7. Buckower Mediengespräche, 24.-25. Oktober 2003

Kurzfassung

Individualisierung und Technisierung sollen das Lernen umwälzen. Die komplementären Schlüssel dazu seien Multimedia und Medienkompetenz. Dies soll die Institutionen des Bildungssystems wie auch des Arbeitsmarkts entlasten: In Zukunft verantworte das Individuum die Nichtverwertbarkeit seiner Arbeitskraft allein.

Dabei gerät aus dem Blick, dass nicht nur die gesellschaftliche Akzeptanz von Technik zwangsläufig zu Institutionen im Sinne von Ensembles stabiler und reflexiv vergewisserbarer, reziproker Verhaltensmustern führt, sondern auch die Produktion und Reproduktion von Wissen und Verhaltensmustern ein durch Institutionen stabilisierter gesellschaftlicher Prozess ist: ihre Quellen, Filter und Garantoren liegen nicht in einem Individuum allein.

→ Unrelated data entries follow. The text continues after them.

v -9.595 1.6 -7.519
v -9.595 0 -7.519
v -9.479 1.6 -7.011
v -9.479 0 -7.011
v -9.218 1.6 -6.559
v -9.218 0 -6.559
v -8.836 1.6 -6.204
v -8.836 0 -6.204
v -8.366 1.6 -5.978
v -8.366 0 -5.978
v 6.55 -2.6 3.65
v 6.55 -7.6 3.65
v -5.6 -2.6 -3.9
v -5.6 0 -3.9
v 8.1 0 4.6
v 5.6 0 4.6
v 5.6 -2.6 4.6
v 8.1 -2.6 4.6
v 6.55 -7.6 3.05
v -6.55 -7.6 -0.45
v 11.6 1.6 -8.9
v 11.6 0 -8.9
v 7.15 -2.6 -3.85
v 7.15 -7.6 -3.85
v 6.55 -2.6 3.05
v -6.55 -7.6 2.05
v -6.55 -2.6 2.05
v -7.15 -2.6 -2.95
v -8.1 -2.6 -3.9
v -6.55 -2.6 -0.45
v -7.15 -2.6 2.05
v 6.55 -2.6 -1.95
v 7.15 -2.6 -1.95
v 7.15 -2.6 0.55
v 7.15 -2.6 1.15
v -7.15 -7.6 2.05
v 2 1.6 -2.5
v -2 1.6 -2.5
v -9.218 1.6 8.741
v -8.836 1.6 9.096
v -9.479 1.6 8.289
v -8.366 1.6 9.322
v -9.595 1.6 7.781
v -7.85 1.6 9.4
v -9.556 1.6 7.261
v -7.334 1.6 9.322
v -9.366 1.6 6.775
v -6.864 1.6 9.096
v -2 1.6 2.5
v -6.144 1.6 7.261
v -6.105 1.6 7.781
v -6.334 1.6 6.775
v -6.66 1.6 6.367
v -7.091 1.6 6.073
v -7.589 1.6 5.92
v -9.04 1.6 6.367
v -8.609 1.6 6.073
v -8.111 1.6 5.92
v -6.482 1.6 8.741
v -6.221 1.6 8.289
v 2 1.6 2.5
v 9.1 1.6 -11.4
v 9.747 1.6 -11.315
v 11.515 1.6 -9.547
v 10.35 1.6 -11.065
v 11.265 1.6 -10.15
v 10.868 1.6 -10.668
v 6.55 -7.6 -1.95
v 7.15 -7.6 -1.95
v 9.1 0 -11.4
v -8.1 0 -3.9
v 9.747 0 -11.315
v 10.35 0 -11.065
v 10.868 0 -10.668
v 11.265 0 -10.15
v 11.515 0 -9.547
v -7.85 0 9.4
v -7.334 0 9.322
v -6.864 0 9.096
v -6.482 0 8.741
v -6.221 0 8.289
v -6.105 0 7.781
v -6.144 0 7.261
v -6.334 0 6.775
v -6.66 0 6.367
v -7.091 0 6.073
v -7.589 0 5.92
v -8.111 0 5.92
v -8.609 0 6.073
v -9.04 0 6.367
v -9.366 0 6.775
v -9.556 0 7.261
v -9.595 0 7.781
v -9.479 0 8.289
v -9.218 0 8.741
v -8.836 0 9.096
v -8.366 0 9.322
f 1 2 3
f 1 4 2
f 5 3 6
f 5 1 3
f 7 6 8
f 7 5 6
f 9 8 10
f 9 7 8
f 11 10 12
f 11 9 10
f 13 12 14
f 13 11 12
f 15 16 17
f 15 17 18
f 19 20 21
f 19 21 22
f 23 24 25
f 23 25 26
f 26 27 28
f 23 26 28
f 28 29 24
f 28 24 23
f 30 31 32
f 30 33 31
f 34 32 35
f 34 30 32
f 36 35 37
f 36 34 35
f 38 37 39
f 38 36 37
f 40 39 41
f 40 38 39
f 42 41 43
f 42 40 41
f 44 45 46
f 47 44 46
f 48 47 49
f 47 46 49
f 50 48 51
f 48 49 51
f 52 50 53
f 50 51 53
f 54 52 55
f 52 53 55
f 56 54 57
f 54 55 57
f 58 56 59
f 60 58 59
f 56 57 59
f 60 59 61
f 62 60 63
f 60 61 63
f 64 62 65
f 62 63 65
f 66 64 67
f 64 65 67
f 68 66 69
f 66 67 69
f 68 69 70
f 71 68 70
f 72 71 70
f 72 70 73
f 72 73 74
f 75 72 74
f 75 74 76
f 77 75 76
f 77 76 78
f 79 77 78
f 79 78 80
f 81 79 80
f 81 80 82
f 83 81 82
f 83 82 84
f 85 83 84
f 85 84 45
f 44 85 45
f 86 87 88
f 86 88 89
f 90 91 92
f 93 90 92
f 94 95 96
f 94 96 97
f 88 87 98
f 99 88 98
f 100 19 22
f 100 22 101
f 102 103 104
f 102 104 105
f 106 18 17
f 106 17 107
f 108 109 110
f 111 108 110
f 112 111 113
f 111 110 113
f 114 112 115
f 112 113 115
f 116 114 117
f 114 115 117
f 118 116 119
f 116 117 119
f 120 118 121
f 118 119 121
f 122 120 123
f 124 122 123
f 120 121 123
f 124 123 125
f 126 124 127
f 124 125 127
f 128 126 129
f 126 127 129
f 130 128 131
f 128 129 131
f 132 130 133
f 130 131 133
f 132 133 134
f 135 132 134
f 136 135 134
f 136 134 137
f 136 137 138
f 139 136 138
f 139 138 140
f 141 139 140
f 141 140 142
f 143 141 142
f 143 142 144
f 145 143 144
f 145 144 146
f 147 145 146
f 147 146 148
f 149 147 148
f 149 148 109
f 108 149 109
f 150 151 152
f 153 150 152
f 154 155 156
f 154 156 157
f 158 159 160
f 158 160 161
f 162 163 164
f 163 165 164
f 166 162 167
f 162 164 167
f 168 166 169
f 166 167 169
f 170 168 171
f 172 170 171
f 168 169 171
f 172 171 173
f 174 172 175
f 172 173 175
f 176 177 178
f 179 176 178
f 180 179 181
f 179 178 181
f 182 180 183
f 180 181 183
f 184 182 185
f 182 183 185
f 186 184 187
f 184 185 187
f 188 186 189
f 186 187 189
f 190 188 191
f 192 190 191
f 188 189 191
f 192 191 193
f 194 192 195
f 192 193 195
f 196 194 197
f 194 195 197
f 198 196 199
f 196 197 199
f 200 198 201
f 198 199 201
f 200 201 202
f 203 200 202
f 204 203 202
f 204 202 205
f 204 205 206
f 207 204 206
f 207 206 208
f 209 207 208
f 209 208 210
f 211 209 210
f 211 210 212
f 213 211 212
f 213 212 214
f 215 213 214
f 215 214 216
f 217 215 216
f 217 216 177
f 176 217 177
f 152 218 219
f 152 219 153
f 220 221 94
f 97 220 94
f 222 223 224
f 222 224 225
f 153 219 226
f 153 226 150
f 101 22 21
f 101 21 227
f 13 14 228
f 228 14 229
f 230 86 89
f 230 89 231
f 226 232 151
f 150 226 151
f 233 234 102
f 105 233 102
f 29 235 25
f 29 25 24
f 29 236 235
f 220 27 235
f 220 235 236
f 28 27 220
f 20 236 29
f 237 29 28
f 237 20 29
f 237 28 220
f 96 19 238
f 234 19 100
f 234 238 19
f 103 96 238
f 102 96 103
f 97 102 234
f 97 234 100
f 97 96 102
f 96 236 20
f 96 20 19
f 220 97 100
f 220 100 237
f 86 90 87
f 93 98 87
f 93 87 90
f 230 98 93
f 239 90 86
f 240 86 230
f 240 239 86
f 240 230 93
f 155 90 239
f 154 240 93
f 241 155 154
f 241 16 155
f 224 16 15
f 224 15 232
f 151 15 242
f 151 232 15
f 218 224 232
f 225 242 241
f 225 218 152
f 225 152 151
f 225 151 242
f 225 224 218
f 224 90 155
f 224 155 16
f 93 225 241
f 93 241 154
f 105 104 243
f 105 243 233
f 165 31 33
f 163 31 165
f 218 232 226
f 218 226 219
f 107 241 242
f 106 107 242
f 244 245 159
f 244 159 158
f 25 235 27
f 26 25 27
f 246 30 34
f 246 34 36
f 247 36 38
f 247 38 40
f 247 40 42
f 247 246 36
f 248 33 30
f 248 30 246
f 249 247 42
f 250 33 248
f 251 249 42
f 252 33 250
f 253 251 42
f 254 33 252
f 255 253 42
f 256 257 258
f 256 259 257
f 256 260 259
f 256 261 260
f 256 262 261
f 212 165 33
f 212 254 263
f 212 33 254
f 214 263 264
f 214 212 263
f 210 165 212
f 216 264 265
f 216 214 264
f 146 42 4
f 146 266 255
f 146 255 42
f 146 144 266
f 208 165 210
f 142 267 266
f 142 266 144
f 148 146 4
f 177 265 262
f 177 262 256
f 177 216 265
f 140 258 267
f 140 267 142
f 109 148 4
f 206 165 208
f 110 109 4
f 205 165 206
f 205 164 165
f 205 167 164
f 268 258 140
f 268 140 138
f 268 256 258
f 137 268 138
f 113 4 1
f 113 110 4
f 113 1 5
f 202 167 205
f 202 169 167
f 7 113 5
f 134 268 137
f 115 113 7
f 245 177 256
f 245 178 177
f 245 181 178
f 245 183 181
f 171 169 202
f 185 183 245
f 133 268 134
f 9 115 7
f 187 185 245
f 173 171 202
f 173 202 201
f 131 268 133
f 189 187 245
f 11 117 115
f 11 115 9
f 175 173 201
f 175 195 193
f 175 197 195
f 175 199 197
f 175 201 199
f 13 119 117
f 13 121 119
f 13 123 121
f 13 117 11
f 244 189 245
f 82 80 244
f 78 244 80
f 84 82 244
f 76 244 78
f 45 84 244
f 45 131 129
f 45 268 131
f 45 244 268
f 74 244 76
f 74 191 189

Das Individuum nur auf das Paar Medien und Medienkompetenz zu verweisen, bedeutet, es systematisch zu überfordern und von den Quellen des Wissens abzuschneiden.

Der verdinglichte Wissensbegriff, der hinter den Erwartungen an Medien und Medienkompetenz steht, resultiert in einem Verlust der Maßstäbe und damit in der Inflation des Belanglosen ebenso wie in der regressiven Selbstbeschränkung und Abhängigkeit von fragwürdigen Autoritäten. Ein erster Schritt zur Umkehr aus der Sackgasse in die die Diskussion über das Wissen geraten ist, wäre eine Selbsreflexion des Wissens, die seine gesellschaftlichen Voraussetzungen nicht ausblendet.